<<<<

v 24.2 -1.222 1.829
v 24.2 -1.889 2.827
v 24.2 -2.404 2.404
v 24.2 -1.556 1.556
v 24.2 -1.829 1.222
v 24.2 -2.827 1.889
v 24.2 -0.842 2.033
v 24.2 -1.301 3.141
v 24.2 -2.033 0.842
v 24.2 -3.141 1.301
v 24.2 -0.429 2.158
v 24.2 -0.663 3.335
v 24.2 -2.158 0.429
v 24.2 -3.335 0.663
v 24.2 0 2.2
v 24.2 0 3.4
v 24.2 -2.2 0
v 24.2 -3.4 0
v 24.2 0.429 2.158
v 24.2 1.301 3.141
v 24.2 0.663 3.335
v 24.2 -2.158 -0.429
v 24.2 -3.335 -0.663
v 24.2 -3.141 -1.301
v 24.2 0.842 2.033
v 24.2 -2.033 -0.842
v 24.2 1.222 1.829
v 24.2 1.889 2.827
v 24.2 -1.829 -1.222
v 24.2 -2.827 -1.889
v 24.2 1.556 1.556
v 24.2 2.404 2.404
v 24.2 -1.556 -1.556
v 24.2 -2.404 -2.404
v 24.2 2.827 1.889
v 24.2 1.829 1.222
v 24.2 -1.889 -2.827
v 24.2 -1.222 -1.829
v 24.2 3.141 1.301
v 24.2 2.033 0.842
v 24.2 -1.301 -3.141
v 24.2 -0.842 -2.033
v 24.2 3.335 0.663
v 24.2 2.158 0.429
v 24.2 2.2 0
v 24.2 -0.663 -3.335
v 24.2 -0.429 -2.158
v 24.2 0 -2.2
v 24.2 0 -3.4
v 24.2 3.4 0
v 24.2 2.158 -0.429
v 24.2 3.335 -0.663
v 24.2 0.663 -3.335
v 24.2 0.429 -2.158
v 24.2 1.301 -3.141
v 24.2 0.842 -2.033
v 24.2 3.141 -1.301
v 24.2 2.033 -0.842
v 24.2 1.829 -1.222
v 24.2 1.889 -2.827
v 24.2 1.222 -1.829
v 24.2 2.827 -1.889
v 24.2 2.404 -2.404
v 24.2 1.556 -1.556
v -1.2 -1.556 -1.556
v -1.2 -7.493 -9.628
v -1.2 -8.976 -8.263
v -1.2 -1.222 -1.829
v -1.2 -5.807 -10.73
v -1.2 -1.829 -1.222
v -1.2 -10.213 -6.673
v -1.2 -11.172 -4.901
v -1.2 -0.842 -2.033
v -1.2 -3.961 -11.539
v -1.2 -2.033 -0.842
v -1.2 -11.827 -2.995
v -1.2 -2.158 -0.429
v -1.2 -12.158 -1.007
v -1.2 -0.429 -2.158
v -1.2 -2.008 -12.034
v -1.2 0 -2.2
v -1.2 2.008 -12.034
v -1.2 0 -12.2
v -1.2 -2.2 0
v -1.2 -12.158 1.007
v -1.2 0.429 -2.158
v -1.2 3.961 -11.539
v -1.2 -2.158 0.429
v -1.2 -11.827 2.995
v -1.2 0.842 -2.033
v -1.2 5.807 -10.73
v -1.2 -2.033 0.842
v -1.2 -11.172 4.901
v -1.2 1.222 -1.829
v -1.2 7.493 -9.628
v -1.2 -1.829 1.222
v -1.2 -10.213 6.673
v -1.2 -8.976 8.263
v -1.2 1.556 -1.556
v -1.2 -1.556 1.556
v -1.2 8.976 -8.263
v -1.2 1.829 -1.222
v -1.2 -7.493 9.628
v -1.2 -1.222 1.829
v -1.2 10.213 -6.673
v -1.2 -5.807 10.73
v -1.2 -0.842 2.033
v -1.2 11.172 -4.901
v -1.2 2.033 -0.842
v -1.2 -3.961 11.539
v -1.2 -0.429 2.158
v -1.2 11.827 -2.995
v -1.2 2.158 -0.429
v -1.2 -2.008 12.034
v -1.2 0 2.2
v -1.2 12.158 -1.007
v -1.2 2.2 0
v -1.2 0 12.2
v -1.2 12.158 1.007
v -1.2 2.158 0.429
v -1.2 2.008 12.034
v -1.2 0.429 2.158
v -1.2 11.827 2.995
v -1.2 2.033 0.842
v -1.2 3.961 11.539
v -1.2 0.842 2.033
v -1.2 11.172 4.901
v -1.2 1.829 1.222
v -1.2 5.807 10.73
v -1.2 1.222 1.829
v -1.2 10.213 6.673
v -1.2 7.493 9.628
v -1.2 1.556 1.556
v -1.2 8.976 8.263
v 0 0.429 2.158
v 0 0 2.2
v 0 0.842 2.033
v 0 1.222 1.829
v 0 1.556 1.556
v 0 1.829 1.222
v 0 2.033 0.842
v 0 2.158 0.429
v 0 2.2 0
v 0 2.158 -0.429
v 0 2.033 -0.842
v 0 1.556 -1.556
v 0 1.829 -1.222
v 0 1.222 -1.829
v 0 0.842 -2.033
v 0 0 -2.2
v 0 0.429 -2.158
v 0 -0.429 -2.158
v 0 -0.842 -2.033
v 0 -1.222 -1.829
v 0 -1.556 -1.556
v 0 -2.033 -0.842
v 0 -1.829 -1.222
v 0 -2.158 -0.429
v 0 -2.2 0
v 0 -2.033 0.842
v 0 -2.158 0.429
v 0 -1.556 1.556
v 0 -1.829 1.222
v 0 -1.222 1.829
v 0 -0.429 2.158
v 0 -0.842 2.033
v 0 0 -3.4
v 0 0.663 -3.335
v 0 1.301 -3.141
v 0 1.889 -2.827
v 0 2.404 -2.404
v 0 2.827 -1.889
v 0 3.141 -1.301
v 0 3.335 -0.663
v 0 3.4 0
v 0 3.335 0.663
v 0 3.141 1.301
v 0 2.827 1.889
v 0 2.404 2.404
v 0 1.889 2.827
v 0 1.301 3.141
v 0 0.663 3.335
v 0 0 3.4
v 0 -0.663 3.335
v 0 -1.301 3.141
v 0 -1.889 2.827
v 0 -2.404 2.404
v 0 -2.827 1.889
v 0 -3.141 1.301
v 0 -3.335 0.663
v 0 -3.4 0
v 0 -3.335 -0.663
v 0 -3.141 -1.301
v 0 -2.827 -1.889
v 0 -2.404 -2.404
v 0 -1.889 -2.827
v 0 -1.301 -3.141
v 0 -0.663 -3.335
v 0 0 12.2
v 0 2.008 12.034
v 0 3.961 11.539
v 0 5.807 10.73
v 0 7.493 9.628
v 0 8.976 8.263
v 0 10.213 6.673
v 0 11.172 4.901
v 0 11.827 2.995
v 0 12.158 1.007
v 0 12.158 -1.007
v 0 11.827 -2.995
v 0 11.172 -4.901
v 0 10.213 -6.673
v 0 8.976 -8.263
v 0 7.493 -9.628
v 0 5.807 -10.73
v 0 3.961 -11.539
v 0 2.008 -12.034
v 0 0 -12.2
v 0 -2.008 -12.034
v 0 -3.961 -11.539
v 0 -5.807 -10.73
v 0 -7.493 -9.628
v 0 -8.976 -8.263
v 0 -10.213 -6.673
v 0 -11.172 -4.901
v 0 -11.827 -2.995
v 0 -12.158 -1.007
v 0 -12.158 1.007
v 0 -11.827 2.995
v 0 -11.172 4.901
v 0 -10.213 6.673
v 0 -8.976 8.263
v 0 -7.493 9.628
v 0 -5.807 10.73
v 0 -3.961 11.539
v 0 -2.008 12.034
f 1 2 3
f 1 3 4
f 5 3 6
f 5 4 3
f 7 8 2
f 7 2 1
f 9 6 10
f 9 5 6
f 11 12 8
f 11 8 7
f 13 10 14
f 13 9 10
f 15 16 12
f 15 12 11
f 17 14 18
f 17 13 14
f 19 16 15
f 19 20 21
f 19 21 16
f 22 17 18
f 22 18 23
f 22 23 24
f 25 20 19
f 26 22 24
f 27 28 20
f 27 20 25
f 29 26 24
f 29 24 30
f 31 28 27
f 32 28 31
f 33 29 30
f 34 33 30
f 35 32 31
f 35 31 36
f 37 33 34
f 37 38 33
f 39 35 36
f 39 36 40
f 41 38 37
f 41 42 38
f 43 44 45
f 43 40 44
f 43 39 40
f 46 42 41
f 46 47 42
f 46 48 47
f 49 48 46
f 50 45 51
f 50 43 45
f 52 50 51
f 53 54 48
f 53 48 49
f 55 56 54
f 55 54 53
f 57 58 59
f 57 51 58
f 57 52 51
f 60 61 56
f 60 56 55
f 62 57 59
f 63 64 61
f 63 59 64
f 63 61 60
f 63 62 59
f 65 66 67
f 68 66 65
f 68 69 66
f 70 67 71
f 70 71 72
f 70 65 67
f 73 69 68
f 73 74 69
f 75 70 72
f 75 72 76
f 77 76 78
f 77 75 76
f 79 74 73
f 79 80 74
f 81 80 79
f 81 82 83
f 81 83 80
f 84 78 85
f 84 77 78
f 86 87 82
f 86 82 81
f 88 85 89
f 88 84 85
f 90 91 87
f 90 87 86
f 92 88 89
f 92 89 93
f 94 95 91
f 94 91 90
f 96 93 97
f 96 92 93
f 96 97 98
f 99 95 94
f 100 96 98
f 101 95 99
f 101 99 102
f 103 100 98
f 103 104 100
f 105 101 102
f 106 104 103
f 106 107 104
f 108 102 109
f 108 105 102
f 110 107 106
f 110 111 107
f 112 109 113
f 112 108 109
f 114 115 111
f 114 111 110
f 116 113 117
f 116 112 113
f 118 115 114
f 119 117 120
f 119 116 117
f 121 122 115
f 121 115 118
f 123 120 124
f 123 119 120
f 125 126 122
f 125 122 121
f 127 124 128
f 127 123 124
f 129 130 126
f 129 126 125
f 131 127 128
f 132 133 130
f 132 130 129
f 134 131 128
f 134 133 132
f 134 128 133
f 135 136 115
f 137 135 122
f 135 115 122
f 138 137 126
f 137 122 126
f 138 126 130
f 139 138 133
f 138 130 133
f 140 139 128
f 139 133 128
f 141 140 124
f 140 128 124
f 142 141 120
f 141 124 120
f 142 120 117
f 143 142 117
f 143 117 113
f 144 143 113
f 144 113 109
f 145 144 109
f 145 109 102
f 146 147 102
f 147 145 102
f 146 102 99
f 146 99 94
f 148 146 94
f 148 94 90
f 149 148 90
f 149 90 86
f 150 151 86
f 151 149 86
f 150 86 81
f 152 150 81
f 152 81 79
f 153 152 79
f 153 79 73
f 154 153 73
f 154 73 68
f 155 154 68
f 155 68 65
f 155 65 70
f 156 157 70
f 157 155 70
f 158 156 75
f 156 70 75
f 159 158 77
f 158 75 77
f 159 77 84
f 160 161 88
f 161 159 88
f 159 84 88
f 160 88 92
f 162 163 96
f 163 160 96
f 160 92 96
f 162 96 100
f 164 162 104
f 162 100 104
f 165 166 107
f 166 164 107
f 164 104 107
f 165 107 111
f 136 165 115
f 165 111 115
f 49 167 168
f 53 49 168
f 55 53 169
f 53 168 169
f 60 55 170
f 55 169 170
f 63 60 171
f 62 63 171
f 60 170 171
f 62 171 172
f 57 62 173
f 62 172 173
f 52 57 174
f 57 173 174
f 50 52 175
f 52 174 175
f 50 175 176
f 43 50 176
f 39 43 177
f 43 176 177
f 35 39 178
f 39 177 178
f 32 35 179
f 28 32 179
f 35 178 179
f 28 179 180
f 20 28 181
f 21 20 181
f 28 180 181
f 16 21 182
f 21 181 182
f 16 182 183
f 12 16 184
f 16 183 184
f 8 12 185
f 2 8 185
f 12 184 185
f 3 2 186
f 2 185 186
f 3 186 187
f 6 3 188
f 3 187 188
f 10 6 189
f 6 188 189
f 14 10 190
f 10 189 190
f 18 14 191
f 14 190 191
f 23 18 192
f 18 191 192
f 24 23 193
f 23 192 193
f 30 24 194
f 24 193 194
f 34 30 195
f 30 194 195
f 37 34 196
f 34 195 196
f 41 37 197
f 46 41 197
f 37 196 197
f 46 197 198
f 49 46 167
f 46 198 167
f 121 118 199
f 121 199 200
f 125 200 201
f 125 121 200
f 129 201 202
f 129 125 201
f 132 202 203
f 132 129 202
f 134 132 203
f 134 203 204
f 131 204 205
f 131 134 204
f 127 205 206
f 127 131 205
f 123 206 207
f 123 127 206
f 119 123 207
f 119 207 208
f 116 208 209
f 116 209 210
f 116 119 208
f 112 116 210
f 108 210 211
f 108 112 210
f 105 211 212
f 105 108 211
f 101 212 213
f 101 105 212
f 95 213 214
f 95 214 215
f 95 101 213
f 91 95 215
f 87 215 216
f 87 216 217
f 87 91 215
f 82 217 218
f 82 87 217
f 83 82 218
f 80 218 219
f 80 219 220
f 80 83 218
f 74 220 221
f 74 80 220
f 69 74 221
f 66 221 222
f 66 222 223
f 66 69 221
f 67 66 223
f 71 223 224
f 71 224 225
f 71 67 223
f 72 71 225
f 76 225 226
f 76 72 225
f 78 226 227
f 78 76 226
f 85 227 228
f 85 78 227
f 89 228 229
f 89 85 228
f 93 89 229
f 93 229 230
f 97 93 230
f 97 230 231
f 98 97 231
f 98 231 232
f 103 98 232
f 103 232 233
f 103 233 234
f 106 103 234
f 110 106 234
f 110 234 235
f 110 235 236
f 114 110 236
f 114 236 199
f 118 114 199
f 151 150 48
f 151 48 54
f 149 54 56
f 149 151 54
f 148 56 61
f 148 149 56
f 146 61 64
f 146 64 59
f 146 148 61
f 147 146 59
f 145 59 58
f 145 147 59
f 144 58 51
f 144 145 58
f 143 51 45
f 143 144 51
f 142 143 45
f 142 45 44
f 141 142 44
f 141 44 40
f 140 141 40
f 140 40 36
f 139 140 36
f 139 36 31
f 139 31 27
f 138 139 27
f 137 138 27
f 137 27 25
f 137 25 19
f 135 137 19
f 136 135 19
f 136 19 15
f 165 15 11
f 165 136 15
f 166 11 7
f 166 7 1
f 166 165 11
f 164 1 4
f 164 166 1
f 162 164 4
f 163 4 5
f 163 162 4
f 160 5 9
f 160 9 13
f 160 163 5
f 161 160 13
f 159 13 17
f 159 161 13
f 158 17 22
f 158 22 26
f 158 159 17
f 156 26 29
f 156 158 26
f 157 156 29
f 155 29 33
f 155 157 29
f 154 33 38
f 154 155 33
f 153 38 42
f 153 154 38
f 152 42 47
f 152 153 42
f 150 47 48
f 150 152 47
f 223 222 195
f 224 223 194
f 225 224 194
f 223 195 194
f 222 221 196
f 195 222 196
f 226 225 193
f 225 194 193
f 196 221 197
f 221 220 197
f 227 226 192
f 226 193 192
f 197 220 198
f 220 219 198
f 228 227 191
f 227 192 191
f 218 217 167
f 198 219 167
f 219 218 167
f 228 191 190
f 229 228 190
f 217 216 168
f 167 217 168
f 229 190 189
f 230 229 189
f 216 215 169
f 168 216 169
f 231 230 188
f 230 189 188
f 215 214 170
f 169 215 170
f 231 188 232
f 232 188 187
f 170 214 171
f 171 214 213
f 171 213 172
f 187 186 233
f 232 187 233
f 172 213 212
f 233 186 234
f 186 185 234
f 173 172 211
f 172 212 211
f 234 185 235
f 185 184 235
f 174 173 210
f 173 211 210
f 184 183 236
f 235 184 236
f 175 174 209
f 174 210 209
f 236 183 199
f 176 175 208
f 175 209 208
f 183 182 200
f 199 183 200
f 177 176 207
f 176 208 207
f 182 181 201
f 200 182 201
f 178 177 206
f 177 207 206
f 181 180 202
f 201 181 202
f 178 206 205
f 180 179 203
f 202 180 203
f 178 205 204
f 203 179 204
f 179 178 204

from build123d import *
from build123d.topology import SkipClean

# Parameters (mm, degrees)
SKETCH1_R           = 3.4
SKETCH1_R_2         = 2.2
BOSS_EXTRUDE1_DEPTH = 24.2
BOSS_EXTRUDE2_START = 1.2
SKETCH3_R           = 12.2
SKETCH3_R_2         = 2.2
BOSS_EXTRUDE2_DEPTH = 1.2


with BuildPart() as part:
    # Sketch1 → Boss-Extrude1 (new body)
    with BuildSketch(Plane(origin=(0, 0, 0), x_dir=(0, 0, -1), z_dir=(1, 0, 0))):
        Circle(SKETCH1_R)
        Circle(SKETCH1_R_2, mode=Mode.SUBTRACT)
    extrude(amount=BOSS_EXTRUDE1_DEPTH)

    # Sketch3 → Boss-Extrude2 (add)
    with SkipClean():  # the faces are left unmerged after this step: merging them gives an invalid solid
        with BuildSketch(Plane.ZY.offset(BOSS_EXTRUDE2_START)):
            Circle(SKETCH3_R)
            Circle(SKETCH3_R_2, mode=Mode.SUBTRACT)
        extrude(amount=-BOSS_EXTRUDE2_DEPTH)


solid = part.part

>>>>
<<<<

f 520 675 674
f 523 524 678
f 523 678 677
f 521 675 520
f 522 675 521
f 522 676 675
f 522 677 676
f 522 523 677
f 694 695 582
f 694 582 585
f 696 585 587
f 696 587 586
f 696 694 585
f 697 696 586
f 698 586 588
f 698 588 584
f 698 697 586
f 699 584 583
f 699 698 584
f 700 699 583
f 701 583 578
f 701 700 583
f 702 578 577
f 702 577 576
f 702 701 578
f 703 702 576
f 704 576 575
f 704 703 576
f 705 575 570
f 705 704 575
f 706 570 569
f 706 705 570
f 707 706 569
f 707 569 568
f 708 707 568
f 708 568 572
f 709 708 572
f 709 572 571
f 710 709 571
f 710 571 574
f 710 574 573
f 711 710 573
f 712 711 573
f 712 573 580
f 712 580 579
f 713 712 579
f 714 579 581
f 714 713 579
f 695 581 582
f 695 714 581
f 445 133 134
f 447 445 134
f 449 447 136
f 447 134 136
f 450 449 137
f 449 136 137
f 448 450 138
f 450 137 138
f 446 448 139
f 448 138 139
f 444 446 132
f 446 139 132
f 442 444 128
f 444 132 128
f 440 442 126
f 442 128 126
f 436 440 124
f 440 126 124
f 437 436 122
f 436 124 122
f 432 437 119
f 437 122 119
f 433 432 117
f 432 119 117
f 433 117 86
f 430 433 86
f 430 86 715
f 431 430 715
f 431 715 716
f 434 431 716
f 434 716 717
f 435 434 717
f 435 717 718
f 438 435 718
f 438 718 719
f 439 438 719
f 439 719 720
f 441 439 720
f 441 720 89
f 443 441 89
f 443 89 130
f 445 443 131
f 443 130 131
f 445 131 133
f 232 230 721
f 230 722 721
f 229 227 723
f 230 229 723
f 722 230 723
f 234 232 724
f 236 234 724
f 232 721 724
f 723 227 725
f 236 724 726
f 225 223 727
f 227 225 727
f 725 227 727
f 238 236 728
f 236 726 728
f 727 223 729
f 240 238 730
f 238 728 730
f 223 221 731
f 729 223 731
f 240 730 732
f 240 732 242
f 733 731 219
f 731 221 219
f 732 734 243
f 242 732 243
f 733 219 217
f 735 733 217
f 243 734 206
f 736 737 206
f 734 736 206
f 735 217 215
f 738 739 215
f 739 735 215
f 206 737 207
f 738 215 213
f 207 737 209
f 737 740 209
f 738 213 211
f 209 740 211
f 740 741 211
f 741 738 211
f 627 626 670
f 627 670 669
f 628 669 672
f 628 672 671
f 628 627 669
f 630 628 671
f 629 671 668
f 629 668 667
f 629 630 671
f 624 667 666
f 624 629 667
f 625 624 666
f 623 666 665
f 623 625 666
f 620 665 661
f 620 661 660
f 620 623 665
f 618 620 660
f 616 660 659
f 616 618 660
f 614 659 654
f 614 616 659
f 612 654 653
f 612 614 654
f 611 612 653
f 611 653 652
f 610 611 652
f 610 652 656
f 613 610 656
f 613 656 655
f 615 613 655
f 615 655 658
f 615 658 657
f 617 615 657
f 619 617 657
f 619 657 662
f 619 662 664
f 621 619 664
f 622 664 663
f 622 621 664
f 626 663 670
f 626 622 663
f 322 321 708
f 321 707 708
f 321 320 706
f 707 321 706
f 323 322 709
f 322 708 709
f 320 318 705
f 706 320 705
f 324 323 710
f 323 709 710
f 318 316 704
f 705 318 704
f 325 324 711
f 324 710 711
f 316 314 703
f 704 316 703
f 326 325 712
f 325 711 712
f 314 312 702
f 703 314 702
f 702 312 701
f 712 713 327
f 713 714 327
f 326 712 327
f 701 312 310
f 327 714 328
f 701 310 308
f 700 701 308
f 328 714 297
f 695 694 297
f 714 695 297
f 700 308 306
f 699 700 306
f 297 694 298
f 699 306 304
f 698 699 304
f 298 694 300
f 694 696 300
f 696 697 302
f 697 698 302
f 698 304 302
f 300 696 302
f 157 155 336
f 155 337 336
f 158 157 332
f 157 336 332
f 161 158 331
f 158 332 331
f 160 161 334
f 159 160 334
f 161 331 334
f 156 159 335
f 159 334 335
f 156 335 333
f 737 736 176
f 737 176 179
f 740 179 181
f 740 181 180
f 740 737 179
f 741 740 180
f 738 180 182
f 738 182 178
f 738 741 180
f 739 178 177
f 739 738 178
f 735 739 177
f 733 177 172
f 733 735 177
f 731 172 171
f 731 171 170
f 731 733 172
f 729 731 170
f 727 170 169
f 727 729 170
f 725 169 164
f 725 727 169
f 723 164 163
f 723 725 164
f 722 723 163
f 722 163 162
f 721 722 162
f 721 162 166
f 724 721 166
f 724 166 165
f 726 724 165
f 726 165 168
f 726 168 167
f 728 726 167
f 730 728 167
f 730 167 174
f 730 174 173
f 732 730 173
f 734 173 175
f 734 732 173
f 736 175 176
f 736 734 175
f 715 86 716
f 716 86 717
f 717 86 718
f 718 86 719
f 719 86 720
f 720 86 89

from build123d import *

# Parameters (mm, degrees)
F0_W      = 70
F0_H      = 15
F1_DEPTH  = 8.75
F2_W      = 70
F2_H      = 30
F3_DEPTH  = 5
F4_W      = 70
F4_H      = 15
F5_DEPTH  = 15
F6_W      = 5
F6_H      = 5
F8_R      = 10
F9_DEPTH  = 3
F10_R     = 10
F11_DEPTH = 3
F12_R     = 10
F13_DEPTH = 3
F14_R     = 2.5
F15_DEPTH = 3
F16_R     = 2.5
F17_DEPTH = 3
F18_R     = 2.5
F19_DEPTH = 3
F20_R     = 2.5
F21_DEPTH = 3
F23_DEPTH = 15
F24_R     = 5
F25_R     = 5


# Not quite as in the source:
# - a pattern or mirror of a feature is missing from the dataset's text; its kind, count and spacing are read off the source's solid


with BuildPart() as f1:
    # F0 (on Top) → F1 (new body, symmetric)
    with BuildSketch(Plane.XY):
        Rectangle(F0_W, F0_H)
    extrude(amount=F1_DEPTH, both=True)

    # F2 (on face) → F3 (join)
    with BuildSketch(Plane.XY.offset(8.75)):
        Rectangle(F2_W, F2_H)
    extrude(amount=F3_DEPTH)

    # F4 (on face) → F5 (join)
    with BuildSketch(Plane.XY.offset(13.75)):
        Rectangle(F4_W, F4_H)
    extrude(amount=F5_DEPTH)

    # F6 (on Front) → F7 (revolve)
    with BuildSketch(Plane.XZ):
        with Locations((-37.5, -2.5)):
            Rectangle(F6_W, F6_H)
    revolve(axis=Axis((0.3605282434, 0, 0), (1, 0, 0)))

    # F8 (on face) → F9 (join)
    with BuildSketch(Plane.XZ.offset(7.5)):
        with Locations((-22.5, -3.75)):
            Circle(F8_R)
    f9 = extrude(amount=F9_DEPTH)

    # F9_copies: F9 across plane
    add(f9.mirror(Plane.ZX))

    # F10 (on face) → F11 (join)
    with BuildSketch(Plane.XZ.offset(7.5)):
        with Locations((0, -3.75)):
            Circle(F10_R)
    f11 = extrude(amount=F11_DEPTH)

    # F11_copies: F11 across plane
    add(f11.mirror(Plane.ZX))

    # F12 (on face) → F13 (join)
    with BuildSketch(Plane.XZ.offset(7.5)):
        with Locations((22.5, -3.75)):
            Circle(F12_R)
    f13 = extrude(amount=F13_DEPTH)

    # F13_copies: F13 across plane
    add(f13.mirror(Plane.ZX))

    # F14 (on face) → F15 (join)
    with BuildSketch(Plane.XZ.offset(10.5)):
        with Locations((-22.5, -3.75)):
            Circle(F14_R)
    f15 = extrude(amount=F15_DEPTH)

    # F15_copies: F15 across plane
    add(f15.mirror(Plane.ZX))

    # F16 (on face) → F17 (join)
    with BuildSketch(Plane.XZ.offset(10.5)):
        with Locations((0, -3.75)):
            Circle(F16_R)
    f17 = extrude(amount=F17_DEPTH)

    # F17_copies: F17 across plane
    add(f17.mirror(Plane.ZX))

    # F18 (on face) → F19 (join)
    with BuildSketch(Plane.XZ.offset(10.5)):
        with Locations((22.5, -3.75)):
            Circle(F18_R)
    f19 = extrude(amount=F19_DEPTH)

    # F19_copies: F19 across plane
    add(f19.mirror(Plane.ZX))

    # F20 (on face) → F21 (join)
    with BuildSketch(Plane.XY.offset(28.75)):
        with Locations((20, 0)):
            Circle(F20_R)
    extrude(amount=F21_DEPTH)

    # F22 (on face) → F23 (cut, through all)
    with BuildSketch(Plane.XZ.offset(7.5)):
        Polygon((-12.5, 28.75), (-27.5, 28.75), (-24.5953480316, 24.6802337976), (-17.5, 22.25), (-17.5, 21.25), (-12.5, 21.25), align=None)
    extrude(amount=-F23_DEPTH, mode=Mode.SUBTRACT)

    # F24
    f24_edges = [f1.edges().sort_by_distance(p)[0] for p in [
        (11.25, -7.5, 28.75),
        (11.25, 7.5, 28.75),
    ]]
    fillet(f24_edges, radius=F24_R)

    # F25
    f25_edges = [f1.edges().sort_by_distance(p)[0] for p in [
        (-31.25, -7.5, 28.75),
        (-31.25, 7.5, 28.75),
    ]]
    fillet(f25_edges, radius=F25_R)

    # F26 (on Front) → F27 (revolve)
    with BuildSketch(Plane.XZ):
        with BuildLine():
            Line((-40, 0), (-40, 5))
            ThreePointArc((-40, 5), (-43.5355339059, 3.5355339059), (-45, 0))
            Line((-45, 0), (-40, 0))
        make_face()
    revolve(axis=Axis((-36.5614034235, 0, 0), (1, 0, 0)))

>>>>

The lines in the listing that include the word "radius" are to be counted; give only that number.

**Written solution:** 2